If that is the absolute maximum price they can achieve, they are required to justify the price in the health technology assessment. If the health technology satisfies at a threshold of €45,000 per QALY, it is an automatically important point. It is not a line in the sand above which we will not reimburse. It is an agreed position and, if they satisfy it in their economic dossiers, they are automatically reimbursed.

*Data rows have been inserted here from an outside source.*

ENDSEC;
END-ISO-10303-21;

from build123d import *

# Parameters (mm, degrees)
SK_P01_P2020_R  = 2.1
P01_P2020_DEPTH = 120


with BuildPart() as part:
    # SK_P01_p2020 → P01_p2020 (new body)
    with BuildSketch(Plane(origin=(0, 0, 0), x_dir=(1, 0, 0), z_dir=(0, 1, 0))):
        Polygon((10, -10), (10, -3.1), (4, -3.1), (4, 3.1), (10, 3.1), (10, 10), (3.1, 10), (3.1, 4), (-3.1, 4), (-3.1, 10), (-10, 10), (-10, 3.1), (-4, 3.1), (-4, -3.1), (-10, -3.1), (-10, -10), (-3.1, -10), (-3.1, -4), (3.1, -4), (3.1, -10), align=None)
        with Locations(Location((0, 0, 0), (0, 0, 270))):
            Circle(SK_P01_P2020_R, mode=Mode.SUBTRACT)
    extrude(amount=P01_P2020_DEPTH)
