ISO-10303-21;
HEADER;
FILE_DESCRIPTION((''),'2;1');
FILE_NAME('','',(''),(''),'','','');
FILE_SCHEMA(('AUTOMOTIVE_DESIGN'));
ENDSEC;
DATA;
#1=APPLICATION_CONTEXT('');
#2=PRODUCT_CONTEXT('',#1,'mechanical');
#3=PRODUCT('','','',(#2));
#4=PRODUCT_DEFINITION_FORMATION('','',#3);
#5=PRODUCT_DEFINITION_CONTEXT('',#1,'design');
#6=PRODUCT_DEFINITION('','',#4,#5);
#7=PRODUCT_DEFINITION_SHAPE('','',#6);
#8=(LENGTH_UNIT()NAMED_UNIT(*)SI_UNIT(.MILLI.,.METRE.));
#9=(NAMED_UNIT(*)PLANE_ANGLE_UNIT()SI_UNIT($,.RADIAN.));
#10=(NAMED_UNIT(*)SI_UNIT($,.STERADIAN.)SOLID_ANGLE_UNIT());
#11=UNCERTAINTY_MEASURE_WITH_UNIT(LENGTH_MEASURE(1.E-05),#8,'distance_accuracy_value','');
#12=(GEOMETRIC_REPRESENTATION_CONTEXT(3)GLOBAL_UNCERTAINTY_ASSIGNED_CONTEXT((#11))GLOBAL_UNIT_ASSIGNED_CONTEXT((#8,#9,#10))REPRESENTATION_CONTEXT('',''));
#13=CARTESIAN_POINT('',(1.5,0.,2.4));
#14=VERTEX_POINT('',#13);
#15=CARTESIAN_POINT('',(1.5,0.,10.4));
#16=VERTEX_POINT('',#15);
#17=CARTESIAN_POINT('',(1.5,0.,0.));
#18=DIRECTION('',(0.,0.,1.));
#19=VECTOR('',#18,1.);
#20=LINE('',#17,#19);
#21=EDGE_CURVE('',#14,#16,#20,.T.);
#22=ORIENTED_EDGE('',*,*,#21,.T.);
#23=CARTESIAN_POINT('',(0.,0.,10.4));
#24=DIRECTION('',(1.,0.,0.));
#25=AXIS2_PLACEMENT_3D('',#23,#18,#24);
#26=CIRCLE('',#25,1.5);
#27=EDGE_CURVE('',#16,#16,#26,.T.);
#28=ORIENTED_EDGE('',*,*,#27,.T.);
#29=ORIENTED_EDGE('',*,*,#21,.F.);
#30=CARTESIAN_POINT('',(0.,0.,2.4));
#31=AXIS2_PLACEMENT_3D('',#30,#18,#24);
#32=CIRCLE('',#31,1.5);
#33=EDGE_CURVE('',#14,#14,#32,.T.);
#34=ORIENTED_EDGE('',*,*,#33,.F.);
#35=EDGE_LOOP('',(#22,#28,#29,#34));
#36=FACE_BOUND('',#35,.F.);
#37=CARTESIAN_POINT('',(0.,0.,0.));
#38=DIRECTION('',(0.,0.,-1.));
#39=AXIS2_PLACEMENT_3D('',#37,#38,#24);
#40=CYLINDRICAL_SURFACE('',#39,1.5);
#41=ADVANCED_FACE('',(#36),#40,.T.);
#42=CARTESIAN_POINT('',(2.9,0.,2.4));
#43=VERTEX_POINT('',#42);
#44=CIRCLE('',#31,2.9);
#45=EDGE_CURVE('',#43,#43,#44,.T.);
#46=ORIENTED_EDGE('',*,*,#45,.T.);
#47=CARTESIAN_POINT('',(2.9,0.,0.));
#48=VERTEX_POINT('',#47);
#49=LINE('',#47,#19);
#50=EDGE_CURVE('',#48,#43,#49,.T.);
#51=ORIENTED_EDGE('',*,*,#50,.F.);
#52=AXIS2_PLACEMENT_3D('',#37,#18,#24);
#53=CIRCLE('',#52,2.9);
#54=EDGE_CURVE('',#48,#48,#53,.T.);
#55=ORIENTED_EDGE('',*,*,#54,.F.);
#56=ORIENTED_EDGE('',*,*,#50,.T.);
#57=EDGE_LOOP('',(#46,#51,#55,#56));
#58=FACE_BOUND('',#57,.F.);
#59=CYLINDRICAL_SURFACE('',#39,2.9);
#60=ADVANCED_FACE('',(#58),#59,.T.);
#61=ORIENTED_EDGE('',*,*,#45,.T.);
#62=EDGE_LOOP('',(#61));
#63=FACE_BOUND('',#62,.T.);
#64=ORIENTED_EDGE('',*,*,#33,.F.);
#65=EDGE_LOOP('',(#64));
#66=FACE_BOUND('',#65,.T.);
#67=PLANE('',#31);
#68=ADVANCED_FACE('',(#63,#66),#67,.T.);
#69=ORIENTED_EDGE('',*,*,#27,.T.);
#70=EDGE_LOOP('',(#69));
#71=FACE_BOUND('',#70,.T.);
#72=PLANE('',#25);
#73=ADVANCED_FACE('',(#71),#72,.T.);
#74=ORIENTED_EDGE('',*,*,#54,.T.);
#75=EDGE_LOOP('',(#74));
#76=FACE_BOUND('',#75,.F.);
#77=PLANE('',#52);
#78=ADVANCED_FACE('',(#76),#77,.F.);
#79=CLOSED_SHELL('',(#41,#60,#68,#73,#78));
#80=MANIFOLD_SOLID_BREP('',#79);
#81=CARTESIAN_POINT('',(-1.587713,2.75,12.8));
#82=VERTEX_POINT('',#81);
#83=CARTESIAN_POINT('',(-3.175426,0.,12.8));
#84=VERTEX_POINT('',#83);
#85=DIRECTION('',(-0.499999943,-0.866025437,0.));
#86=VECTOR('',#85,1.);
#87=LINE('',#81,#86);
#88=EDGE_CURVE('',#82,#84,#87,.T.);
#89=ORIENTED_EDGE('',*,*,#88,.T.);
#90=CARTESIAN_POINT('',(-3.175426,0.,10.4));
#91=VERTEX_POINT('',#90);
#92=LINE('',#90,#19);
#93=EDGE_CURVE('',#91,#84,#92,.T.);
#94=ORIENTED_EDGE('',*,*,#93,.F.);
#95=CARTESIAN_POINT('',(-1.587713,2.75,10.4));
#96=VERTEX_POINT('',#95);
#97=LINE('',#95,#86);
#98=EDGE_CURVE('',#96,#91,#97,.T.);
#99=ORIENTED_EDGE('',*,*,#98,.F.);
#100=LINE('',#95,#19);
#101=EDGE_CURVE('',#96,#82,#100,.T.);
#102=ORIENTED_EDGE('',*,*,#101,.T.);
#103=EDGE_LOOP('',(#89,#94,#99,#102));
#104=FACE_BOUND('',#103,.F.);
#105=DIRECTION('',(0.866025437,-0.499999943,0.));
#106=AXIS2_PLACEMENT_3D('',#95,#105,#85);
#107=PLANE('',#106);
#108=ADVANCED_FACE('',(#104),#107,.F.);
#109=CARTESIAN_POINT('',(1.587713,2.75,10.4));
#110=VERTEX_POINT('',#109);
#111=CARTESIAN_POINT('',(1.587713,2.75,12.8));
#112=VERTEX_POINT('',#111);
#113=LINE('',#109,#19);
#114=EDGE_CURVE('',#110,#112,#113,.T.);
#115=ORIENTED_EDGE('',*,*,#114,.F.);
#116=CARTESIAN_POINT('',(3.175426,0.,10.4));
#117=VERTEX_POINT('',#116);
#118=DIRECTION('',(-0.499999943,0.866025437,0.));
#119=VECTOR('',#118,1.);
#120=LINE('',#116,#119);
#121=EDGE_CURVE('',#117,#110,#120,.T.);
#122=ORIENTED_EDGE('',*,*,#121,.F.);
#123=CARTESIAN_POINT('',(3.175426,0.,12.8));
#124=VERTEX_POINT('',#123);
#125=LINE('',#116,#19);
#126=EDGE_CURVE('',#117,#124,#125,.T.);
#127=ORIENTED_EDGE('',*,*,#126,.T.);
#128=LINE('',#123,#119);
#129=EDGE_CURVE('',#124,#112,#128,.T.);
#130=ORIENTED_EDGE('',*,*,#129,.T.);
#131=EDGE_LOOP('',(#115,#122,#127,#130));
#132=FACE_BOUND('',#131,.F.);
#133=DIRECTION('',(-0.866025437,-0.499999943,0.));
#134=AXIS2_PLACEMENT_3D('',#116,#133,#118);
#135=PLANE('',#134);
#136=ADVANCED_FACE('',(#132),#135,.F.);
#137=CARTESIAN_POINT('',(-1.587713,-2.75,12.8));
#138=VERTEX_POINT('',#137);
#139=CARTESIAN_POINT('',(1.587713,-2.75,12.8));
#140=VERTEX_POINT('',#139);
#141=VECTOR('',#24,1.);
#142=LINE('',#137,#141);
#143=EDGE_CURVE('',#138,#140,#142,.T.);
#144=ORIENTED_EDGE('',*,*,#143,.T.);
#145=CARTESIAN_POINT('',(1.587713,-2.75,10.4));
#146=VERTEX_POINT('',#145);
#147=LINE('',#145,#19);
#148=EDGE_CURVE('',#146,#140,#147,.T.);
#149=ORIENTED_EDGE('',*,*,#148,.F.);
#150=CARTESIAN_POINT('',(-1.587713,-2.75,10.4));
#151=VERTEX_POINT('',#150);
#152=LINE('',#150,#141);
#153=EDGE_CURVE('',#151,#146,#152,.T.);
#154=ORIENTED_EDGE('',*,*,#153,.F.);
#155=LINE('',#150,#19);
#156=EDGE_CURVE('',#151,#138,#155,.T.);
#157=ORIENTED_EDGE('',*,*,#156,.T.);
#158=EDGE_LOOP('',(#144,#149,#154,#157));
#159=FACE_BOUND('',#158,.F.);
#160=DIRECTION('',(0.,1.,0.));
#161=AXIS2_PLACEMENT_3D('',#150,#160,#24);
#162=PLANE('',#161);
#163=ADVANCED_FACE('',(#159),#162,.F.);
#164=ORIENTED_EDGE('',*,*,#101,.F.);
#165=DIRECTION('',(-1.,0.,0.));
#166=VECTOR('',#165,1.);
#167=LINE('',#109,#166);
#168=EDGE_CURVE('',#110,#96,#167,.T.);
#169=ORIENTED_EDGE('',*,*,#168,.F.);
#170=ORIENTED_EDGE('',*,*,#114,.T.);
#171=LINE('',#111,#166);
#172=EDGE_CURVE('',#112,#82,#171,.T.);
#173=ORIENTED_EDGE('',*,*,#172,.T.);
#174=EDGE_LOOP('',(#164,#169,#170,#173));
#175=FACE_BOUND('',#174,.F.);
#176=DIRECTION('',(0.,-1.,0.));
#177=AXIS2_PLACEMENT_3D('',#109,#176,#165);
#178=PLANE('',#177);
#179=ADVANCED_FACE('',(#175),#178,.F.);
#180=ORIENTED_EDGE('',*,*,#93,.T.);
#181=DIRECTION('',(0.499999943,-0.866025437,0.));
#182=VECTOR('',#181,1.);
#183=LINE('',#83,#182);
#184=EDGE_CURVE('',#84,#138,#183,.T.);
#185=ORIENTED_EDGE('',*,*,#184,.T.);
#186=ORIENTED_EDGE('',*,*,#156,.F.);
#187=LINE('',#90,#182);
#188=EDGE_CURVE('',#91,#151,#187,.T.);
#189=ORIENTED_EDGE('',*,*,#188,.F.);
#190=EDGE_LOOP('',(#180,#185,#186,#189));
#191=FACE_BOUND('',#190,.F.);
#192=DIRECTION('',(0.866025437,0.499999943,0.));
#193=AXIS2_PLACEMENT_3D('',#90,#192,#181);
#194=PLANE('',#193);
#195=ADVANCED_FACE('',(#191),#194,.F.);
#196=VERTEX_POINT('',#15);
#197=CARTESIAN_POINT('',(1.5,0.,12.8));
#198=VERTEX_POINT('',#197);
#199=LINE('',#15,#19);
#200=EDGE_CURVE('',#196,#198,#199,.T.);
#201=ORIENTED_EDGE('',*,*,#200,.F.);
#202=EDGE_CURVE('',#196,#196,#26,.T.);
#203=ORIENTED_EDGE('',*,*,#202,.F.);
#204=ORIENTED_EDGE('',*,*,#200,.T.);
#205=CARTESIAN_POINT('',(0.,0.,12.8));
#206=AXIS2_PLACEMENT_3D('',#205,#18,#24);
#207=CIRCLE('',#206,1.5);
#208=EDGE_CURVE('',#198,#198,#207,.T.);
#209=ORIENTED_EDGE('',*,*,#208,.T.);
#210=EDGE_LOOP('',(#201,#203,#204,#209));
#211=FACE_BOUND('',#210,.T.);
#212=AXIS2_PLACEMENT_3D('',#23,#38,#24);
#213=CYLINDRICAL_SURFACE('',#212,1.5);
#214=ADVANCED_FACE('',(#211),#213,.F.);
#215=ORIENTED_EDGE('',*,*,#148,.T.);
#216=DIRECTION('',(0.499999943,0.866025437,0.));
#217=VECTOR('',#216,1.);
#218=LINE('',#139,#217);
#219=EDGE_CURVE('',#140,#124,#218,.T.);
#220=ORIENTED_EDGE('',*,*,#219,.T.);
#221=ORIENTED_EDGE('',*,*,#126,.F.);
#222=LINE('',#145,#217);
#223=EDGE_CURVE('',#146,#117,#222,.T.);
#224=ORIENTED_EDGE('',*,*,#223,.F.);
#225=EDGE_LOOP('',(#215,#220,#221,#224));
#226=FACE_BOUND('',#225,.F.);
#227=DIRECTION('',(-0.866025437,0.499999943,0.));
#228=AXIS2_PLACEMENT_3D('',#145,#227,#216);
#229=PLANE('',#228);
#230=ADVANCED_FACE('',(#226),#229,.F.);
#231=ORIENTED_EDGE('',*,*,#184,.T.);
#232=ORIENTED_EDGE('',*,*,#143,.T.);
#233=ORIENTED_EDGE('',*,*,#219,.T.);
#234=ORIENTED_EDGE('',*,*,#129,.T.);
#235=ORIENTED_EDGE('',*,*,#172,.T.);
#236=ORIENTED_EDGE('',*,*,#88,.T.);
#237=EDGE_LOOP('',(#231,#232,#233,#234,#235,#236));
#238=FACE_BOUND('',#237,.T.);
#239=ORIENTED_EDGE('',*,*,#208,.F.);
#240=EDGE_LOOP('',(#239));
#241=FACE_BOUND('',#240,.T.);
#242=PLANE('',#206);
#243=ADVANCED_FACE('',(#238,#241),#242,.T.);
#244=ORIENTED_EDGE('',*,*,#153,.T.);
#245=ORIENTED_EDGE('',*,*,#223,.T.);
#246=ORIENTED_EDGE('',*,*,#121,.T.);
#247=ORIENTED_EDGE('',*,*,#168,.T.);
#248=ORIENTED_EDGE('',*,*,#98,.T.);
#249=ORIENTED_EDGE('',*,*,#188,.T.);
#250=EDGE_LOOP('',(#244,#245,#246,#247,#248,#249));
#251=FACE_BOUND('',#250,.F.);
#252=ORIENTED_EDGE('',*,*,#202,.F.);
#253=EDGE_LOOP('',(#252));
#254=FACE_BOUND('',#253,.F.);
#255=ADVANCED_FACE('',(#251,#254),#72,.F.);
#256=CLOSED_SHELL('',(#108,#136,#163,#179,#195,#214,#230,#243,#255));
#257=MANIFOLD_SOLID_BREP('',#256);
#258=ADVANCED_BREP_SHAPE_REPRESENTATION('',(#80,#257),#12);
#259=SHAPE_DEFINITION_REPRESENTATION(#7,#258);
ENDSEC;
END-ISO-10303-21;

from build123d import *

# Parameters (mm, degrees)
F0_R     = 1.5
F1_DEPTH = 10.4
F0_R_2   = 2.9
F2_DEPTH = 2.4
F3_R     = 1.5
F4_DEPTH = 2.4


with BuildPart() as f1:
    # F0 (on Top) → F1 (new body)
    with BuildSketch(Plane.XY):
        Circle(F0_R)
    extrude(amount=F1_DEPTH)

    # F0 (on Top) → F2 (join)
    with BuildSketch(Plane.XY):
        Circle(F0_R_2)
        Circle(F0_R, mode=Mode.SUBTRACT)
    extrude(amount=F2_DEPTH)


with BuildPart() as f4:
    # F3 (on face) → F4 (new body)
    with BuildSketch(Plane.XY.offset(10.4)):
        Polygon((3.175426, 0), (1.587713, 2.75), (-1.587713, 2.75), (-3.175426, 0), (-1.587713, -2.75), (1.587713, -2.75), align=None)
        Circle(F3_R, mode=Mode.SUBTRACT)
    extrude(amount=F4_DEPTH)


solid = Compound([f1.part, f4.part])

If they do not satisfy it, we are into pricing negotiations. Those pricing negotiations are commercially confidential and non-transparent. Due to spillover effects into other countries, if the price in Ireland drops, the price in other countries drops. We have pricing reductions that range from 5% to 40% in various medicines. I cannot reveal them because most of the time companies will say they will provide the discount as long as it is regarded as commercially confidential and not revealed in a public forum. That leaves us in a difficult position when presenting to the committee. However, members should be aware that the basket is not the set point. The basket is the starting point and they are required to justify the price and bring it through a full assessment process. Having satisfied the assessment process, the price stands. If they do not satisfy it, difficult negotiations go ahead. As members are aware from recent times, we sometimes reach a stand-off position where companies are holding a line on a price that we feel is completely inappropriate. Where the companies are unwilling to move, decisions must be made on that basis.
With regard to the question on eculizumab or soliris, I can categorically say the reimbursement is progressing. However, the DG said in his press release that there was a screening programme. It is incumbent on the clinicians in question to complete a form, go through the screening process and reimbursement will continue from there. Some patients are through that process and we have applications from four patients. That is the turnover of a relatively quick process. Most of them have been turned around in 24 or 48 hours. If there has not been reimbursement, I assume it is down to the fact that the application form has just been received, has not been received or has not been completed.